On the other hand, a hydraulic cylinder 37 is fixed to the lower support 32, and the rod 38 is connected to the movable support 34. Then, the movable support table 34 is
And the lower mold 29 can be clamped and opened with respect to the upper mold 28.

Next, referring to FIG. 7, reference numeral 41 denotes an upper support, and reference numeral 42 denotes a lower support. The upper support table 41 and the lower support table 42 are connected by a plurality of guide rods 43... The upper support table 41 and the lower support table 42 are vertically guided by the guide rods 43. Movable support base
44 are provided. A lower mold 29 constituting the mold 1 is fixed to an upper surface of the lower support 42, and an upper mold 28 is fixed to a lower surface of the movable support 44. further,
An opening 45 is provided in the movable support 44 facing the upper surface of the upper mold 28, and a flat spiral high-frequency coil 30 is provided in the opening 45 near the upper mold 28. A movable plate 48 is fixed to the upper part of the movable support base 44 via support rods 47.
It is connected to a rod 50 of a hydraulic cylinder 49 fixedly provided to 41. Then, the movable support base 44 is moved up and down by the hydraulic cylinder 49 so that the upper mold 28 can be clamped and opened with respect to the lower mold 29.

In the above-described embodiment, the case where the mold 1 is formed of a ceramic material has been described. However, the present invention is not limited to this, and a metal material, another heat-resistant material, and the like can be appropriately changed.

〔The invention's effect〕

As described above, according to the present invention, a plurality of molten metal blocks are accommodated in the space of the mold and heated and melted by the induction heating means from the outside of the mold. Is unnecessary, the facility is simplified, the gas can be sufficiently released, and a cast product of stable quality without pinholes or cavities can be obtained.

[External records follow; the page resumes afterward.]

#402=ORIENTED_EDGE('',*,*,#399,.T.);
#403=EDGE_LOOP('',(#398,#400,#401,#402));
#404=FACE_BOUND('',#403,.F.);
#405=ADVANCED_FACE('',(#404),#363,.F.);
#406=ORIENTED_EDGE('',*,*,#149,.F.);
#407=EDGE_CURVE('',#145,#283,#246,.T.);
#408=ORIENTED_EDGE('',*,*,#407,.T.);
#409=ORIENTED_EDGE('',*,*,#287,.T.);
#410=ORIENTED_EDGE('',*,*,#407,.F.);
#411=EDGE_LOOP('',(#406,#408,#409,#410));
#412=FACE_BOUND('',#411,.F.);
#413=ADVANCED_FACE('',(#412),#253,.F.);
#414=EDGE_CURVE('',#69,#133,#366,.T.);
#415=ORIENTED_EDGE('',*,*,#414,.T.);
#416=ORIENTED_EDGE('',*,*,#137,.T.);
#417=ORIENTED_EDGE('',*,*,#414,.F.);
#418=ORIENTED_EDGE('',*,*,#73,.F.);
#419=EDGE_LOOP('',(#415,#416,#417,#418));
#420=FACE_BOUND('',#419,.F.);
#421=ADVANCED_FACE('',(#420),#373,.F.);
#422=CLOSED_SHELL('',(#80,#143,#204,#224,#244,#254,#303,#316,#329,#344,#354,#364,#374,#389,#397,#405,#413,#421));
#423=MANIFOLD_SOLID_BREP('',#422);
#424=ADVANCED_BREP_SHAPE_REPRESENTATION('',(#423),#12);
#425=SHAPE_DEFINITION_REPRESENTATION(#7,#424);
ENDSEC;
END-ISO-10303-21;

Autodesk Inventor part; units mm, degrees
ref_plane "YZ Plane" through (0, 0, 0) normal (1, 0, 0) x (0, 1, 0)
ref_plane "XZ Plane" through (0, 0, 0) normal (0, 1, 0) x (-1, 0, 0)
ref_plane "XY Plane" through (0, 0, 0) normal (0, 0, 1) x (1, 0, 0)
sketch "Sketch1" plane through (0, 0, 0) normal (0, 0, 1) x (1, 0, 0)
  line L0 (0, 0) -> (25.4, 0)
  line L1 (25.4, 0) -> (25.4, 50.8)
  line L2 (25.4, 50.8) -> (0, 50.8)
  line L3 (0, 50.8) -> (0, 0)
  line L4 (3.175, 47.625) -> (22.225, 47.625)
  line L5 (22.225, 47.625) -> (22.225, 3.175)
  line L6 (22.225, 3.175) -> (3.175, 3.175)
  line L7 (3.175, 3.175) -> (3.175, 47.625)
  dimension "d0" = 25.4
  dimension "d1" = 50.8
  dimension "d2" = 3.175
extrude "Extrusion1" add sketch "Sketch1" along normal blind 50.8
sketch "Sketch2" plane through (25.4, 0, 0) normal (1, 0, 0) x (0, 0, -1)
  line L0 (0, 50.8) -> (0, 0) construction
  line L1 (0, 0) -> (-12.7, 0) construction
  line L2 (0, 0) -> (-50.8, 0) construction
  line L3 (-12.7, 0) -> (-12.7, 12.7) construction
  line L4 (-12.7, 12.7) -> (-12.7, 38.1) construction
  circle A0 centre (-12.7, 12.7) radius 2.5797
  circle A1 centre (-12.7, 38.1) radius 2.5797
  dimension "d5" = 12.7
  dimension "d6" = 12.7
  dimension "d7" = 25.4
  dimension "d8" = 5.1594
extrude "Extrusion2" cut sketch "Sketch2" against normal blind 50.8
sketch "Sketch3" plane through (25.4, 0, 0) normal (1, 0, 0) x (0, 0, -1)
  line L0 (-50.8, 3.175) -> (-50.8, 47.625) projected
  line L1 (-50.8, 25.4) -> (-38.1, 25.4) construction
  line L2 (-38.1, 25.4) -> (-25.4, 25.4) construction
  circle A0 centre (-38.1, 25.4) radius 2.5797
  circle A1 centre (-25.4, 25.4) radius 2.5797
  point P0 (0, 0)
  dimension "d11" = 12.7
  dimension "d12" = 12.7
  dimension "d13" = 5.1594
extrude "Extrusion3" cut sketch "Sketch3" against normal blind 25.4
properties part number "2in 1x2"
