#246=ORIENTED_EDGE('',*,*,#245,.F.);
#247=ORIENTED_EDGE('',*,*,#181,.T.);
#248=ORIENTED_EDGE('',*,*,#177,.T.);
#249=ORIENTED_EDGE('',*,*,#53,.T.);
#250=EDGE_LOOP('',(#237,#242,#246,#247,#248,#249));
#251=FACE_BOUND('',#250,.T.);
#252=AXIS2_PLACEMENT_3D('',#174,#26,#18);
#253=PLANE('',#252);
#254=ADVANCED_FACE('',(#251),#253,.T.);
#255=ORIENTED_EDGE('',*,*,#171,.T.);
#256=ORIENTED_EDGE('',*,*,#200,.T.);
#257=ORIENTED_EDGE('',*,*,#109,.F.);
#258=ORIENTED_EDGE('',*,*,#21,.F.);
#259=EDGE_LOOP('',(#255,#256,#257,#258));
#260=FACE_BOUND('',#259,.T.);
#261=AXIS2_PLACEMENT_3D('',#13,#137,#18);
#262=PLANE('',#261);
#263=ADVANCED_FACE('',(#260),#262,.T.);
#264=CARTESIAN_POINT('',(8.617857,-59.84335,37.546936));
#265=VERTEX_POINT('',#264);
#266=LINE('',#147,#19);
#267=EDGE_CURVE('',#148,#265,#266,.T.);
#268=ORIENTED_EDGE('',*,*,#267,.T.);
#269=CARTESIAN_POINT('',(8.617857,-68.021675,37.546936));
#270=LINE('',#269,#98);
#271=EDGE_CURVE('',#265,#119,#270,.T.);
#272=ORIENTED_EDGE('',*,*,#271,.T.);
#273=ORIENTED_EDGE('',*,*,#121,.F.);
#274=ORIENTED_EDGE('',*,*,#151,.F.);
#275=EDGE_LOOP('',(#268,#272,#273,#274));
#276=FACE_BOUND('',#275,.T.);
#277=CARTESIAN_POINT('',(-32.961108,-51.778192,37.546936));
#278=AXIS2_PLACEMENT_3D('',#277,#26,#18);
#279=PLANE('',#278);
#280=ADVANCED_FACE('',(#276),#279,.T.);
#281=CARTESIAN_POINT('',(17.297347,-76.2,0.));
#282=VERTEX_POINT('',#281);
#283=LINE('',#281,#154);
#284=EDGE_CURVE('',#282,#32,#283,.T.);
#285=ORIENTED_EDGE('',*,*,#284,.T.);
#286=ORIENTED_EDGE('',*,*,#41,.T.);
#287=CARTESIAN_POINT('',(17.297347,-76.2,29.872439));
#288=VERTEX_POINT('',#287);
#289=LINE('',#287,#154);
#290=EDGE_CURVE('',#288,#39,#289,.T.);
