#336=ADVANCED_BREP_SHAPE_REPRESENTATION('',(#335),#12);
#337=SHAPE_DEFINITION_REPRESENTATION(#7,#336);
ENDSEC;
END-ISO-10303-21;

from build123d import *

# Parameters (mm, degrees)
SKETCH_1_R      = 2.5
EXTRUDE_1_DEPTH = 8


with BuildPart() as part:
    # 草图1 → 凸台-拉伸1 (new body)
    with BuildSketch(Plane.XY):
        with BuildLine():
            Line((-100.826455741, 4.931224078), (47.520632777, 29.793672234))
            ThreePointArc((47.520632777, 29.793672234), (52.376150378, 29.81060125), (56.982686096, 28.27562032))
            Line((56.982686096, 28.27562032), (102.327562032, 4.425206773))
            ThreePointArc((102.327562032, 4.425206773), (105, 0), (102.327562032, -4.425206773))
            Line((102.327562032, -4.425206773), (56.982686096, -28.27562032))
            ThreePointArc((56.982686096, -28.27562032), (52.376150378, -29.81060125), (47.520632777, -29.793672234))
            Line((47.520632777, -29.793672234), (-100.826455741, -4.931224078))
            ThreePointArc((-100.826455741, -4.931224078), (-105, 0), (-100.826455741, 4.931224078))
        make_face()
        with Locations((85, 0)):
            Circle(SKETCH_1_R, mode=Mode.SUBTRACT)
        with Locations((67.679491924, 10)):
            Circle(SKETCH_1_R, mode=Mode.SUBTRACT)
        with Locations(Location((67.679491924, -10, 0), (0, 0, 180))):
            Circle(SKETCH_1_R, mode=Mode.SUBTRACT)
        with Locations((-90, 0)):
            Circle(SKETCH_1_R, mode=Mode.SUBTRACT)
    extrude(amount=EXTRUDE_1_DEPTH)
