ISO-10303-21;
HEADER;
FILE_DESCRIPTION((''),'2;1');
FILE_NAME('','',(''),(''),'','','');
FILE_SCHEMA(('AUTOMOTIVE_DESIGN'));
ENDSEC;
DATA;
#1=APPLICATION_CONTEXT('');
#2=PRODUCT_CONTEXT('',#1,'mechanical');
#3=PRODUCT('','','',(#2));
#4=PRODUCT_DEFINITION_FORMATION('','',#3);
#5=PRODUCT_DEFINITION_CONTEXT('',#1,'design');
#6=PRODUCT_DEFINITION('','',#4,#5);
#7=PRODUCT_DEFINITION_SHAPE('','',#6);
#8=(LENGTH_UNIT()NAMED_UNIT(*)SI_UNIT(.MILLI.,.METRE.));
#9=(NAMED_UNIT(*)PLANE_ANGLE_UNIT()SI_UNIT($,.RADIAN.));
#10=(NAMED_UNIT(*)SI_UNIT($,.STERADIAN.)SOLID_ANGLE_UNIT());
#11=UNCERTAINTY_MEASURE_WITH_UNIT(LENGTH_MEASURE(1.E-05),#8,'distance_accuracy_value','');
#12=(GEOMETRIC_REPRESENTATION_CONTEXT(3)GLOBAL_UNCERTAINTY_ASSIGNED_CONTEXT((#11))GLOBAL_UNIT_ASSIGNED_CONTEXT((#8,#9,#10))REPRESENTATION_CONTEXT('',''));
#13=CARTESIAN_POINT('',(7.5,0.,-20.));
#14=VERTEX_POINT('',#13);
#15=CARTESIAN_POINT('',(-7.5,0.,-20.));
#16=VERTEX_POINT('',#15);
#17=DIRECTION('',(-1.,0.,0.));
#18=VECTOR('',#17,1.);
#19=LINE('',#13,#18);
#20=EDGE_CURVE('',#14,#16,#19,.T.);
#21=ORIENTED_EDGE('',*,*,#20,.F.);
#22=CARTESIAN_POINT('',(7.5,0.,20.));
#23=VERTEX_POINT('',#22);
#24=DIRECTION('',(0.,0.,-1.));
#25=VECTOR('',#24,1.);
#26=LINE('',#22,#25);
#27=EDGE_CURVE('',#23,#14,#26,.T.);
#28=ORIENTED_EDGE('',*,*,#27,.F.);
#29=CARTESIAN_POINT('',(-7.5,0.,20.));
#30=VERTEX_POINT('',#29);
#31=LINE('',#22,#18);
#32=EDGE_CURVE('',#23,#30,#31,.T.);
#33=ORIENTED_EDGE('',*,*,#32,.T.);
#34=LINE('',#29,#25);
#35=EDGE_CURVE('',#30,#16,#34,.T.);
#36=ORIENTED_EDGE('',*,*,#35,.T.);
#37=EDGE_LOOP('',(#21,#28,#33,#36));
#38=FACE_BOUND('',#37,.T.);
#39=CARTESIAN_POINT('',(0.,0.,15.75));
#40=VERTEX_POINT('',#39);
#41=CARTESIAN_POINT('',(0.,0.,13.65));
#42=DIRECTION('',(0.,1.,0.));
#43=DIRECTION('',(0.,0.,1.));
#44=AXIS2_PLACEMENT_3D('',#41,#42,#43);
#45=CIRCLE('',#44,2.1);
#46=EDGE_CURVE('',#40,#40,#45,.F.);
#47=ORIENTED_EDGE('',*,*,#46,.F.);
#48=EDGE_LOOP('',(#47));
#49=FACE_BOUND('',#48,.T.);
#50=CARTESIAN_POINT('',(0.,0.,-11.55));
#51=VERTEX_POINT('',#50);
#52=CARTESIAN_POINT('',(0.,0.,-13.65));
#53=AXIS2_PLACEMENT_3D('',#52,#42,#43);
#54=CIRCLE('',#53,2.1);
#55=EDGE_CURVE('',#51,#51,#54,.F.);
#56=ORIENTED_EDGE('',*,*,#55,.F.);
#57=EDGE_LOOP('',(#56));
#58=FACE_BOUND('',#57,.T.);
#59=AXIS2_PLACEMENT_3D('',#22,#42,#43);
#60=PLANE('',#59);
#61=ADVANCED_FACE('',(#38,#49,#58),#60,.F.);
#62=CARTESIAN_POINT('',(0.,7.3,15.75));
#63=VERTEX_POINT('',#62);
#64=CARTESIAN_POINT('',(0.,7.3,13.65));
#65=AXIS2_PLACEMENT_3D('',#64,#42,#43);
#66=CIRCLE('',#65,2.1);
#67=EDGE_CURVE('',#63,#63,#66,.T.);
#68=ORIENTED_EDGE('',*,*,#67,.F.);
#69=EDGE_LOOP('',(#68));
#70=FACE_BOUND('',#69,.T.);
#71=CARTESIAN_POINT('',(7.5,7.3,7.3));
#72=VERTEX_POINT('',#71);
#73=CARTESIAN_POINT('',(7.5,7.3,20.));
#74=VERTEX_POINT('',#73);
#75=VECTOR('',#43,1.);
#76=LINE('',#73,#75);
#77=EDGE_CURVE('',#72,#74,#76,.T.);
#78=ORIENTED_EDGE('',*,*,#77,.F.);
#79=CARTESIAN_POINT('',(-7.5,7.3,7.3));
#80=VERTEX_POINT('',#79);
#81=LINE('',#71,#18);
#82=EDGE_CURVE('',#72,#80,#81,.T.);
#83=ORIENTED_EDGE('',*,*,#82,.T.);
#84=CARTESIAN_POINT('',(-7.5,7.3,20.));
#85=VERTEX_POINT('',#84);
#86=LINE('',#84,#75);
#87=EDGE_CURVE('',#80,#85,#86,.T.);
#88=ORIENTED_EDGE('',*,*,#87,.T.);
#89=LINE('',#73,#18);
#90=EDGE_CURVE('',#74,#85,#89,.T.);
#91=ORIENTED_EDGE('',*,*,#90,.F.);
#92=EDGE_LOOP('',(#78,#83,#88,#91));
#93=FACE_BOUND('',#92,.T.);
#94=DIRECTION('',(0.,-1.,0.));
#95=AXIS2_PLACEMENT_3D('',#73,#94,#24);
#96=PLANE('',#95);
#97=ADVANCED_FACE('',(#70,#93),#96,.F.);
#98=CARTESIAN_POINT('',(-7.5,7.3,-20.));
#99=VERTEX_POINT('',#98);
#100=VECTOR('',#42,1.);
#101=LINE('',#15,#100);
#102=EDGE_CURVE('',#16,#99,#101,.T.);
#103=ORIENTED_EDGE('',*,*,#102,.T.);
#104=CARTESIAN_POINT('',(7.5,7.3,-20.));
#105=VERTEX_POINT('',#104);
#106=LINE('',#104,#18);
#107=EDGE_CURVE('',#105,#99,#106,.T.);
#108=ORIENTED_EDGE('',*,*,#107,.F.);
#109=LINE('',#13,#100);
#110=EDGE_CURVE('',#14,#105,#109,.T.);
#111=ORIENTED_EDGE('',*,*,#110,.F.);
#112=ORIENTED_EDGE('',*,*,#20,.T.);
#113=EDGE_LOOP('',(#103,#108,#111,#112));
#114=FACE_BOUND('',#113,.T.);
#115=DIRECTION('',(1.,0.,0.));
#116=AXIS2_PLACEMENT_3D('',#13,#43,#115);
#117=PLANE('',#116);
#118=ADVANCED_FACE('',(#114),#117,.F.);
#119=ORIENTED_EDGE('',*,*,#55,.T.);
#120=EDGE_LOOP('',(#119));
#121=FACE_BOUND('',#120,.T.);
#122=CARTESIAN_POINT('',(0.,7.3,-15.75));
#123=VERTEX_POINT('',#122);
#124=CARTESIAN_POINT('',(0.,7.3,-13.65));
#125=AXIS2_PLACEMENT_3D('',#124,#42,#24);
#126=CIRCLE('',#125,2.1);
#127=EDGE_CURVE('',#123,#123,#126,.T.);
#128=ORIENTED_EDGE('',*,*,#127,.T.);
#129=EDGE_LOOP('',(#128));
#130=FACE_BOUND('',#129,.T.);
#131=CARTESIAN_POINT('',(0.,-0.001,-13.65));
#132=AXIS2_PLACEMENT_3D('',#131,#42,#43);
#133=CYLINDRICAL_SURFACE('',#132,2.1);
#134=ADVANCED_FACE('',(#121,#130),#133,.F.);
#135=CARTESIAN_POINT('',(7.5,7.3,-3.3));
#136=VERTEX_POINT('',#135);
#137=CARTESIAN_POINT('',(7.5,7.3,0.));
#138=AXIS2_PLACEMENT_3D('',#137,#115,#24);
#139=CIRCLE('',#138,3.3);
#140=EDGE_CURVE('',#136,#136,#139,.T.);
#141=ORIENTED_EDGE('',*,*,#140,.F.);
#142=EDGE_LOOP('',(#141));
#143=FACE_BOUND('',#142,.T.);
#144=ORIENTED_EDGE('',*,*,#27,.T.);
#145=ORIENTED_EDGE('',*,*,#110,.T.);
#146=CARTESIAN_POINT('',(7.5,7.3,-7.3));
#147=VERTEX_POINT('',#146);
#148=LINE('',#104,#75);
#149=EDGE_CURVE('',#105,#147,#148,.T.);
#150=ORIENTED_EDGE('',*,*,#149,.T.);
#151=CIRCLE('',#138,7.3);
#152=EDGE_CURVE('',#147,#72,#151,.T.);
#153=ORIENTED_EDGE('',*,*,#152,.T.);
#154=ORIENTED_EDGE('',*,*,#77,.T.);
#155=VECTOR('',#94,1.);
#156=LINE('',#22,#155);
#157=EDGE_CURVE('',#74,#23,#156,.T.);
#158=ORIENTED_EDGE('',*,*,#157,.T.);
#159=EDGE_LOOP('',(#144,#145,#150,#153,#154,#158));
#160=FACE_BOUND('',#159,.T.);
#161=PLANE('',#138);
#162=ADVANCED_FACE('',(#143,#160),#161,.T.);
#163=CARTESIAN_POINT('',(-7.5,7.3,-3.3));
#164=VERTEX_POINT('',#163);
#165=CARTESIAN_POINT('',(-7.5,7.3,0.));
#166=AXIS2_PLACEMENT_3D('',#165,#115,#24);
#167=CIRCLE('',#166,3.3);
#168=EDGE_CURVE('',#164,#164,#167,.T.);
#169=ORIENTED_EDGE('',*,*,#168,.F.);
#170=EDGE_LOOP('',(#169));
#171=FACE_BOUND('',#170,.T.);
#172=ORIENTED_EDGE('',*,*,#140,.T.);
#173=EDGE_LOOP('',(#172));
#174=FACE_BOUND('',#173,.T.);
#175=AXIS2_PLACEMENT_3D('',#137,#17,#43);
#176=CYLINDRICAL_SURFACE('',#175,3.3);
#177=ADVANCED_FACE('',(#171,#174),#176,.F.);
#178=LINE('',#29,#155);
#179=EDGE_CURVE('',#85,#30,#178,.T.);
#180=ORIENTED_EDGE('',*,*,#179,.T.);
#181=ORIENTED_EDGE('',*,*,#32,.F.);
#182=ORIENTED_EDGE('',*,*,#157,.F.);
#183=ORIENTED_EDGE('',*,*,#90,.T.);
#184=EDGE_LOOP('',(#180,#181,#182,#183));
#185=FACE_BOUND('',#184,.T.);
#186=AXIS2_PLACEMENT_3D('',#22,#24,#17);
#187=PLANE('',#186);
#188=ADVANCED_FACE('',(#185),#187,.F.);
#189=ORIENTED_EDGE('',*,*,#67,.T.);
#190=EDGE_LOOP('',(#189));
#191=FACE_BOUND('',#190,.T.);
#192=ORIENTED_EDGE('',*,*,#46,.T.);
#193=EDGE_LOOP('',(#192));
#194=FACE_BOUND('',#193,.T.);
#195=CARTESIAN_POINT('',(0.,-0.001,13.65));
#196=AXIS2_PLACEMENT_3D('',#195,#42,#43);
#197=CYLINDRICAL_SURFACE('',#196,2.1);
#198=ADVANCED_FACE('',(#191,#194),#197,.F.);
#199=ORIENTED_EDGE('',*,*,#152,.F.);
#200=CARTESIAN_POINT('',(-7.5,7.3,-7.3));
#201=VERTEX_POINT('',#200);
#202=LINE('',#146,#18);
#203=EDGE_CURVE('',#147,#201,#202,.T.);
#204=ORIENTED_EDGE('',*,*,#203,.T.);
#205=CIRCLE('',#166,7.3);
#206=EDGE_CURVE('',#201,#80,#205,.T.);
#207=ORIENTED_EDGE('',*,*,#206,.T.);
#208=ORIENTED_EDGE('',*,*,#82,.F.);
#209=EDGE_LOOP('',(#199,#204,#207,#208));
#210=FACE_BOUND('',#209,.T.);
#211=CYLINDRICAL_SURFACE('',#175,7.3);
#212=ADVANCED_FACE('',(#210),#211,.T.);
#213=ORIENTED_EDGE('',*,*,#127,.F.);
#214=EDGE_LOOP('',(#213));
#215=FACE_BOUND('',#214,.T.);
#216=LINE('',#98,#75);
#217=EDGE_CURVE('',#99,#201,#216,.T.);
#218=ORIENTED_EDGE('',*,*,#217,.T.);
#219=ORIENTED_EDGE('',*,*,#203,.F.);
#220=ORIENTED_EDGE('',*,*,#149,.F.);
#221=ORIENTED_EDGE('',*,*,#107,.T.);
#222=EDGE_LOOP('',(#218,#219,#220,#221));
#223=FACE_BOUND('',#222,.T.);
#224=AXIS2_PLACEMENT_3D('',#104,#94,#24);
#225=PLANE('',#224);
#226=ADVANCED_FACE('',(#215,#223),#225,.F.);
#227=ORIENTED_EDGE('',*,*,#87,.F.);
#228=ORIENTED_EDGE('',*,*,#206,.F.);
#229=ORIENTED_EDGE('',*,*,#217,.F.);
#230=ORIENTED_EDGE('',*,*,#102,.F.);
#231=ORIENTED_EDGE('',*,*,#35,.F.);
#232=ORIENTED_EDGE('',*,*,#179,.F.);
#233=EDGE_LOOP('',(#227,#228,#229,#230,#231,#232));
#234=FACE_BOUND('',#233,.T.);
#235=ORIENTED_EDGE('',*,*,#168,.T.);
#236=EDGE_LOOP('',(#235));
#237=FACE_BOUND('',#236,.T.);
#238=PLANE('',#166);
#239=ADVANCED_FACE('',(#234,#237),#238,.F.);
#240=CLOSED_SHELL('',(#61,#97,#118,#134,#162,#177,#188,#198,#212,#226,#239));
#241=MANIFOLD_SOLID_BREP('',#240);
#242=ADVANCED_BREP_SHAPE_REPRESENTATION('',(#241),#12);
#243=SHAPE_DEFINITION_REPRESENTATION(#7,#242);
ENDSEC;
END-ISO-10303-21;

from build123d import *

# Parameters (mm, degrees)
CROQUIS1_R              = 3.3
SALIENTE_EXTRUIR1_DEPTH = 7.5
CORTAR_EXTRUIR1_REACH   = 24.573
CROQUIS2_R              = 2.1


with BuildPart() as part:
    # Croquis1 → Saliente-Extruir1 (new, symmetric)
    with BuildSketch(Plane(origin=(0, 0, 0), x_dir=(0, 0, -1), z_dir=(1, 0, 0))):
        with BuildLine():
            Line((-20, 0), (20, 0))
            Line((20, 0), (20, 7.3))
            Line((20, 7.3), (7.3, 7.3))
            ThreePointArc((7.3, 7.3), (0, 14.6), (-7.3, 7.3))
            Line((-7.3, 7.3), (-20, 7.3))
            Line((-20, 7.3), (-20, 0))
        make_face()
        with Locations((0, 7.3)):
            Circle(CROQUIS1_R, mode=Mode.SUBTRACT)
    extrude(amount=SALIENTE_EXTRUIR1_DEPTH, both=True)

    # Croquis2 → Cortar-Extruir1 (cut, up to next)
    with BuildSketch(Plane(origin=(0, 7.3, 0), x_dir=(1, 0, 0), z_dir=(0, 1, 0)), mode=Mode.PRIVATE) as cortar_extruir1_sk1:
        with Locations(Location((0, -13.65, 0), (0, 0, 270))):
            Circle(CROQUIS2_R)
    cortar_extruir1_tool1 = extrude(cortar_extruir1_sk1.sketch, amount=-CORTAR_EXTRUIR1_REACH, mode=Mode.PRIVATE) & part.part
    # Croquis2 → Cortar-Extruir1 (cut, up to next)
    with BuildSketch(Plane(origin=(0, 7.3, 0), x_dir=(1, 0, 0), z_dir=(0, 1, 0)), mode=Mode.PRIVATE) as cortar_extruir1_sk2:
        with Locations(Location((0, 13.65, 0), (0, 0, 270))):
            Circle(CROQUIS2_R)
    cortar_extruir1_tool2 = extrude(cortar_extruir1_sk2.sketch, amount=-CORTAR_EXTRUIR1_REACH, mode=Mode.PRIVATE) & part.part
    add(cortar_extruir1_tool1.solids().sort_by_distance((0, 7.3, 13.65))[0], mode=Mode.SUBTRACT)
    add(cortar_extruir1_tool2.solids().sort_by_distance((0, 7.3, -13.65))[0], mode=Mode.SUBTRACT)


solid = part.part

[Brief description of the drawings]

1 (A) to 1 (C) are longitudinal sectional views of a mold showing a casting sequence showing a first embodiment of the present invention, and FIGS. 2 to 5 similarly show a die casting machine. Fig. 3 is a front view when the mold is clamped, Fig. 3 is a plan view thereof, Fig. 4 is a front view when the mold is opened, Fig. 5 is a cross-sectional view enlarging a portion A in Fig. 4, Fig. 6 and Fig. 7. FIG. 7 is a partially sectional front view showing another embodiment of the present invention. 1 ... mold, 4 ... space part, 8 ... vacuum pump, 27 ...
Aluminum block (metal block to be melted).

Claims (1)

(57) [Claims] 1. A first method for accommodating a plurality of molten metal lump in a space of a split mold and a molten metal lump of the same material as the molten metal lump in a hot water of the mold. And a second step of bringing a high-frequency coil closer to the mold; and inducing and heating and melting the metal to be melted from the outside of the mold by means of a high-frequency coil, and heating and melting the space of the mold during heating and melting. A vacuum suction and a vacuum suction of gas in the molten metal.